Controversies remain about the use of the generalized transfer function to derive aortic pressure waveform (SphygmoCor). It has been demonstrated to underestimate aortic systolic blood pressure and to overestimate aortic diastolic pressure compared with invasive measurements by cardiac catheterization [14]. Nevertheless, it has been validated in large populations [15]. In the study by Hulsen et al. [5], the small error introduced should not be a real problem because the method used was the same as that employed for the whole group of individuals.
Brachial diastolic blood pressure is known to be a stronger predictor of coronary events than systolic blood pressure and pulse pressure in subjects aged less than 40 years [16]. Hulsen et al. [5] note that the SSH group presented an intermediate coronary risk. Is the prognosis so benign? Direct confirmation is still lacking and certainly deserves careful long-term follow-up to support this, although diastolic blood pressure is still in the normal range, but already significantly higher compared to the normotensive males. However, measurements of aortic systolic and pulse pressure could be more effective at all ages because aortic blood pressure relates more closely to left ventricular mass or carotid intima–media thickness than brachial blood pressure [17]. Moreover, recent data have confirmed that a blood pressure measurement usually considered as still normal could be associated with an elevated risk of cardiovascular disease, especially among those individuals with high body mass index [18].

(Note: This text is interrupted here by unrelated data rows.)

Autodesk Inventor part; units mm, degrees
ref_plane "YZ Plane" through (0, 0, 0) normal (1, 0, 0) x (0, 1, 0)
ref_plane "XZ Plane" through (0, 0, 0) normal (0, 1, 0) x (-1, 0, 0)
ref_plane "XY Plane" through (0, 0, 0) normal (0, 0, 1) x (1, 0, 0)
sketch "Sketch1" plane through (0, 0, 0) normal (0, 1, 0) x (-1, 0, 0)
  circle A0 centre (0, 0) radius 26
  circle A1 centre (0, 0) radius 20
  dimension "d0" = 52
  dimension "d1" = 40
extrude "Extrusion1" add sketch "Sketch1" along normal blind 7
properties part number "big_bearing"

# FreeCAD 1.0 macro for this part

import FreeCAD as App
import Part
import Sketcher

V = App.Vector

doc = App.newDocument("Part")
body = doc.addObject("PartDesign::Body", "Body")

sketch1 = body.newObject("Sketcher::SketchObject", "Sketch")
sketch1.AttachmentSupport = (doc.getObject("XZ_Plane"), [""])
sketch1.MapMode = "FlatFace"
sketch1.addGeometry([
    Part.Circle(V(0, 0, 0), V(0, 0, 1), 26),
    Part.Circle(V(0, 0, 0), V(0, 0, 1), 20),
], False)
sketch1.addConstraint([
    Sketcher.Constraint("Coincident", 0, 3, -1, 1),
    Sketcher.Constraint("Coincident", 1, 3, -1, 1),
    Sketcher.Constraint("Diameter", 0, 52.0),
    Sketcher.Constraint("Diameter", 1, 40.0),
])
pad1 = body.newObject("PartDesign::Pad", "Pad")
pad1.Profile = sketch1
pad1.Length = 7
pad1.Reversed = True

doc.recompute()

It is typical of male gender with an exaggerated pressure amplification. None of the classical cardiovascular risk factors (cholesterol, smoking, plasma glucose, etc.) differed clearly between SSH and normotensive young individuals in the Dutch study. Indeed, the diagnosis of SSH in young individuals relies on a brachial blood pressure measurement and pulse wave analysis to estimate central aortic pressure.

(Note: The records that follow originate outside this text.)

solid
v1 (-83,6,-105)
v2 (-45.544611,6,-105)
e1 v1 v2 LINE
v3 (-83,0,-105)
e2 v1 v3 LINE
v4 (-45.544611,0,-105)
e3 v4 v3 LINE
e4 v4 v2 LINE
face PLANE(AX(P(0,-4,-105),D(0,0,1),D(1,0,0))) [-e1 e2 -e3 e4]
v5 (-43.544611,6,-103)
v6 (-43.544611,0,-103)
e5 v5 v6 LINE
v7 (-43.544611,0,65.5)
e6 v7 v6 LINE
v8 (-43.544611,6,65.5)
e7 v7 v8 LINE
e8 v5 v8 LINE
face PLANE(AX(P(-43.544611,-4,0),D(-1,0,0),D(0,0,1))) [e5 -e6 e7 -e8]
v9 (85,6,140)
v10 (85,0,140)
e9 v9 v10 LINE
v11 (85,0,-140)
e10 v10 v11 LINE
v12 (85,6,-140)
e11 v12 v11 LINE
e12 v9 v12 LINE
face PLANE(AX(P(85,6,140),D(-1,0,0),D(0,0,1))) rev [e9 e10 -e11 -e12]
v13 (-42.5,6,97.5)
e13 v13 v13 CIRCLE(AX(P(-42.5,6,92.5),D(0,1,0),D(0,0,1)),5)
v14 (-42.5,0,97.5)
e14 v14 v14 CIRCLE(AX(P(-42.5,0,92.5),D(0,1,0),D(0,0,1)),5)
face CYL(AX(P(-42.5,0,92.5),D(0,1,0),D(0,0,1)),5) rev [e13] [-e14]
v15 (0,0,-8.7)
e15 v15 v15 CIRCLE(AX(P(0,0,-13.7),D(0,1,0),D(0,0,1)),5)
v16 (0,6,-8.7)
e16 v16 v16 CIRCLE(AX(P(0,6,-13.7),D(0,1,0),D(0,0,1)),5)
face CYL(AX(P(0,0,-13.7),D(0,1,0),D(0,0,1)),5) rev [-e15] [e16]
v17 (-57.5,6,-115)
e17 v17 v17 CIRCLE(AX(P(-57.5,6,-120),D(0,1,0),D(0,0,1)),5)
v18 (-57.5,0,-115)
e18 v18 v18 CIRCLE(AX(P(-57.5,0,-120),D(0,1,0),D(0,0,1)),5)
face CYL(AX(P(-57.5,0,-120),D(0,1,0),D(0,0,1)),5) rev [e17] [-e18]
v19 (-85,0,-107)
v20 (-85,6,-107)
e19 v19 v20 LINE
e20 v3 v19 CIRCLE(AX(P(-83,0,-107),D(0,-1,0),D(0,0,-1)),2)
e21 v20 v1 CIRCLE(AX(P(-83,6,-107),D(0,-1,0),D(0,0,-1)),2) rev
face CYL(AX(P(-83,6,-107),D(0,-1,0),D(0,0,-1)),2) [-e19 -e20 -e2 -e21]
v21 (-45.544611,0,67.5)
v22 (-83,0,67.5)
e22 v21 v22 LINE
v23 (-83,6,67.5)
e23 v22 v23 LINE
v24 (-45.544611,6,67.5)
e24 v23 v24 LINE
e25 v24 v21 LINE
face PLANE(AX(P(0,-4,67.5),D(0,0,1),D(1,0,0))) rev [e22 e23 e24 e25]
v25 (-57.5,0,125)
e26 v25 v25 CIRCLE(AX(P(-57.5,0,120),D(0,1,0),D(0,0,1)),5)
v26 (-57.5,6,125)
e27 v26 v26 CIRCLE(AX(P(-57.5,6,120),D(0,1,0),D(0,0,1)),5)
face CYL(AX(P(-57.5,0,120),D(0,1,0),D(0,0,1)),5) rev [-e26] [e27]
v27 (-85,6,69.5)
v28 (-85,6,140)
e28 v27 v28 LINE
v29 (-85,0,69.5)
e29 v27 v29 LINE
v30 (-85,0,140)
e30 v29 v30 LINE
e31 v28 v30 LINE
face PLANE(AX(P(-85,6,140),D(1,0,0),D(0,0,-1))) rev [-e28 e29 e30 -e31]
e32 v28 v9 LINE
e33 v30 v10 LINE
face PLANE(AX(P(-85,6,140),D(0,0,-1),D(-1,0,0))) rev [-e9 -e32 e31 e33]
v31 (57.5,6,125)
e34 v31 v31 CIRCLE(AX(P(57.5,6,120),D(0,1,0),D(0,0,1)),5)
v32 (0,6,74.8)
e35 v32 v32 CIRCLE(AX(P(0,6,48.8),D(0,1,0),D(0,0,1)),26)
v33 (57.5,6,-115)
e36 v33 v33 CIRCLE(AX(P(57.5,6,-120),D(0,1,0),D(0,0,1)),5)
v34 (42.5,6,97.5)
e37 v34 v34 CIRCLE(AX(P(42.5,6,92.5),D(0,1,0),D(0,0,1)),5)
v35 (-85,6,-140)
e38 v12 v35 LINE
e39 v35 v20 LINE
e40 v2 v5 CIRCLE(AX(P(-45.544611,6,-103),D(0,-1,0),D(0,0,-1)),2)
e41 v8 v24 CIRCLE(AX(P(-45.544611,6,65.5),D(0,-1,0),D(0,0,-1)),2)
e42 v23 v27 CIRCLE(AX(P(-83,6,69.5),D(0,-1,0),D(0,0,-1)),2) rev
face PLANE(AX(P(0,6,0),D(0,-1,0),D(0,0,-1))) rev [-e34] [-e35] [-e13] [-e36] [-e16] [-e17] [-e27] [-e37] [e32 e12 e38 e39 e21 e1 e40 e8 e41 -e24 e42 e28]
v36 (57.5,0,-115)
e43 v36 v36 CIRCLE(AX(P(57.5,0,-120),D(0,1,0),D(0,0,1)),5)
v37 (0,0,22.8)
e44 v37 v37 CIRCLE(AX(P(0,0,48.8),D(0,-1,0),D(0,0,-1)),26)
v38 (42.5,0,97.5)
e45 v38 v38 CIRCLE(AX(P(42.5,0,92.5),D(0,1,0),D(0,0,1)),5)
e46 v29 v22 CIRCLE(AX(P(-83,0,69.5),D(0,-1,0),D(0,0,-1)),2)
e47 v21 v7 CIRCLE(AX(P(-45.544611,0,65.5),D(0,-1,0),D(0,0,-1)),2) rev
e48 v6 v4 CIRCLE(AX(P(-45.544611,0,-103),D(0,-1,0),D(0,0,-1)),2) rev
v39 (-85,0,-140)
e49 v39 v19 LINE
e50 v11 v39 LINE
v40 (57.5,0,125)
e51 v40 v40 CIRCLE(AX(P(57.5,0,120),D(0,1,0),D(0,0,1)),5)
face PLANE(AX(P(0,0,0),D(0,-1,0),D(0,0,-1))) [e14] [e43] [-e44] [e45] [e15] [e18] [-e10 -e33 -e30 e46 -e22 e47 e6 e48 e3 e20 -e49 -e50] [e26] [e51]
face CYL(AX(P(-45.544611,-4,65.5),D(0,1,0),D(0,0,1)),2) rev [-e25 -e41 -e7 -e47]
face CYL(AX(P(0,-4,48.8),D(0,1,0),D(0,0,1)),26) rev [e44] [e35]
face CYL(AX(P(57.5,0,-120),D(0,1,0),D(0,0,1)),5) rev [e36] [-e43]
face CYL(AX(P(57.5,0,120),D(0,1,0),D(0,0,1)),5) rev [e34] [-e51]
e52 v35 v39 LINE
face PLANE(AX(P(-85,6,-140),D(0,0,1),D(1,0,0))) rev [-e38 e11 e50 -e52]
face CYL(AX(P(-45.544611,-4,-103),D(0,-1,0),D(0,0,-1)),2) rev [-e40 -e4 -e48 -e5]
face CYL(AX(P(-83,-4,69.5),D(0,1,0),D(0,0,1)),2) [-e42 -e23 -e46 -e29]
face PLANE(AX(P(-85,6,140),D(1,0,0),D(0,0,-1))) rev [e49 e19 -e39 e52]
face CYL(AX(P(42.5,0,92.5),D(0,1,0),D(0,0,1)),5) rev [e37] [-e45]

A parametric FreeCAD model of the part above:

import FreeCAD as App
import Part
import Sketcher
Q = App.Units.Quantity


def edges_at(feature, points):
    """Names of the edges that pass closest to the given points."""
    edges = feature.Shape.Edges
    near = lambda p: min(range(len(edges)), key=lambda i: edges[i].distToShape(Part.Vertex(*p))[0])
    return sorted({f"Edge{near(p) + 1}" for p in points})

doc = App.newDocument("Part")
body = doc.addObject("PartDesign::Body", "Body")

# Sketch on XZ plane
sketch1 = body.newObject("Sketcher::SketchObject", "Sketch")
sketch1.AttachmentSupport = (doc.getObject("XZ_Plane"), [""])
sketch1.MapMode = "FlatFace"
sketch1.addGeometry([
    Part.LineSegment(App.Vector(-85, -140, 0), App.Vector(-85, 140, 0)),
    Part.LineSegment(App.Vector(-85, 140, 0), App.Vector(85, 140, 0)),
    Part.LineSegment(App.Vector(85, 140, 0), App.Vector(85, -140, 0)),
    Part.LineSegment(App.Vector(85, -140, 0), App.Vector(-85, -140, 0)),
], False)
sketch1.addConstraint([
    Sketcher.Constraint("Coincident", 0, 2, 1, 1),
    Sketcher.Constraint("Coincident", 1, 2, 2, 1),
    Sketcher.Constraint("Coincident", 2, 2, 3, 1),
    Sketcher.Constraint("Coincident", 3, 2, 0, 1),
    Sketcher.Constraint("Vertical", 0),
    Sketcher.Constraint("Horizontal", 1),
    Sketcher.Constraint("Vertical", 2),
    Sketcher.Constraint("Horizontal", 3),
    Sketcher.Constraint("Symmetric", 0, 2, 2, 2, -1, 1),
    Sketcher.Constraint("DistanceX", 1, 1, 1, 2, Q("170 mm")),
    Sketcher.Constraint("DistanceY", 0, 1, 0, 2, Q("280 mm")),
])
pad1 = body.newObject("PartDesign::Pad", "Pad")
pad1.Profile = sketch1
pad1.Length = 6
pad1.Reversed = True

# Sketch on XZ plane
sketch2 = body.newObject("Sketcher::SketchObject", "Sketch001")
sketch2.AttachmentSupport = (doc.getObject("XZ_Plane"), [""])
sketch2.MapMode = "FlatFace"
sketch2.AttachmentOffset = App.Placement(App.Vector(0, 0, -6), App.Rotation())
sketch2.addGeometry([
    Part.Circle(App.Vector(-58, -120, 0), App.Vector(0, 0, 1), 5),  # 0
    Part.Circle(App.Vector(58, -120, 0), App.Vector(0, 0, 1), 5),  # 1
    Part.Circle(App.Vector(0, -14, 0), App.Vector(0, 0, 1), 5),  # 2
    Part.Circle(App.Vector(-58, 120, 0), App.Vector(0, 0, 1), 5),  # 3
    Part.Circle(App.Vector(58, 120, 0), App.Vector(0, 0, 1), 5),  # 4
    Part.Circle(App.Vector(-42, 92, 0), App.Vector(0, 0, 1), 5),  # 5
    Part.Circle(App.Vector(42, 92, 0), App.Vector(0, 0, 1), 5),  # 6
], False)
sketch2.addConstraint([
    Sketcher.Constraint("Equal", 0, 1),
    Sketcher.Constraint("Equal", 1, 2),
    Sketcher.Constraint("Equal", 2, 3),
    Sketcher.Constraint("Equal", 3, 4),
    Sketcher.Constraint("Equal", 4, 5),
    Sketcher.Constraint("Equal", 5, 6),
    Sketcher.Constraint("Symmetric", 1, 3, 3, 3, -1, 1),
    Sketcher.Constraint("Symmetric", 0, 3, 4, 3, -1, 1),
    Sketcher.Constraint("Symmetric", 0, 3, 1, 3, -2),
    Sketcher.Constraint("Symmetric", 5, 3, 6, 3, -2),
    Sketcher.Constraint("PointOnObject", 2, 3, -2),
    Sketcher.Constraint("Diameter", 0, Q("10 mm")),
    Sketcher.Constraint("DistanceY", 0, 3, -1, 1, Q("120 mm")),
    Sketcher.Constraint("DistanceX", 0, 3, 1, 3, Q("115 mm")),
    Sketcher.Constraint("DistanceX", 3, 3, 5, 3, Q("15 mm")),
    Sketcher.Constraint("DistanceY", 2, 3, -1, 1, Q("13.7 mm")),
    Sketcher.Constraint("DistanceY", -1, 1, 5, 3, Q("92.5 mm")),
])
pocket1 = body.newObject("PartDesign::Pocket", "Pocket")
pocket1.Profile = sketch2
pocket1.Length = 6
pocket1.Reversed = True

# Sketch on XZ plane
sketch3 = body.newObject("Sketcher::SketchObject", "Sketch002")
sketch3.AttachmentSupport = (doc.getObject("XZ_Plane"), [""])
sketch3.MapMode = "FlatFace"
sketch3.AttachmentOffset = App.Placement(App.Vector(0, 0, -6), App.Rotation())
sketch3.addGeometry([
    Part.LineSegment(App.Vector(-85, -105, 0), App.Vector(-85, 68, 0)),
    Part.LineSegment(App.Vector(-85, 68, 0), App.Vector(-44, 68, 0)),
    Part.LineSegment(App.Vector(-44, 68, 0), App.Vector(-44, -105, 0)),
    Part.LineSegment(App.Vector(-44, -105, 0), App.Vector(-85, -105, 0)),
], False)
sketch3.addConstraint([
    Sketcher.Constraint("Coincident", 0, 2, 1, 1),
    Sketcher.Constraint("Coincident", 1, 2, 2, 1),
    Sketcher.Constraint("Coincident", 2, 2, 3, 1),
    Sketcher.Constraint("Coincident", 3, 2, 0, 1),
    Sketcher.Constraint("Vertical", 0),
    Sketcher.Constraint("Horizontal", 1),
    Sketcher.Constraint("Vertical", 2),
    Sketcher.Constraint("Horizontal", 3),
    Sketcher.Constraint("DistanceY", 0, 1, 0, 2, Q("172.5 mm")),
    Sketcher.Constraint("DistanceX", 0, 2, -1, 1, Q("85 mm")),
    Sketcher.Constraint("DistanceY", 2, 2, -1, 1, Q("105 mm")),
    Sketcher.Constraint("DistanceX", 1, 1, 1, 2, Q("41.455389 mm")),
])
pocket2 = body.newObject("PartDesign::Pocket", "Pocket001")
pocket2.Profile = sketch3
pocket2.Length = 10
pocket2.Reversed = True
doc.recompute()

fillet = body.newObject("PartDesign::Fillet", "Fillet")
fillet.Base = (pocket2, edges_at(pocket2, [
    (-43.545, 3, -105),
    (-43.545, 3, 67.5),
    (-85, 3, 67.5),
    (-85, 3, -105),
]))
fillet.Radius = 2

# Sketch on XZ plane
sketch4 = body.newObject("Sketcher::SketchObject", "Sketch003")
sketch4.AttachmentSupport = (doc.getObject("XZ_Plane"), [""])
sketch4.MapMode = "FlatFace"
sketch4.AttachmentOffset = App.Placement(App.Vector(0, 0, -6), App.Rotation())
sketch4.addGeometry(Part.Circle(App.Vector(0, 49, 0), App.Vector(0, 0, 1), 26), False)
sketch4.addConstraint([
    Sketcher.Constraint("PointOnObject", 0, 3, -2),
    Sketcher.Constraint("Diameter", 0, Q("52 mm")),
    Sketcher.Constraint("DistanceY", -1, 1, 0, 3, Q("48.8 mm")),
])
pocket3 = body.newObject("PartDesign::Pocket", "Pocket002")
pocket3.Profile = sketch4
pocket3.Length = 10
pocket3.Reversed = True

doc.recompute()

Obviously, this diagnosis of SSH must be completed by ambulatory blood pressure monitoring, at least to avoid confusion with white-coat hypertensive subjects. Further technical developments are needed for a more accurate estimation of central aortic pressure. Officially recognized devices must be used for brachial blood pressure measurement, which will be performed according to strict conditions. On the one hand, the results of the Dutch study emphasize the need for further studies in various young populations that could clarify the subset of determinants truly associated with SSH. On the other hand, prospective studies have to be designed to ensure that SSH is a benign condition according to the cardiovascular risk and must remain untreated as generally is the case.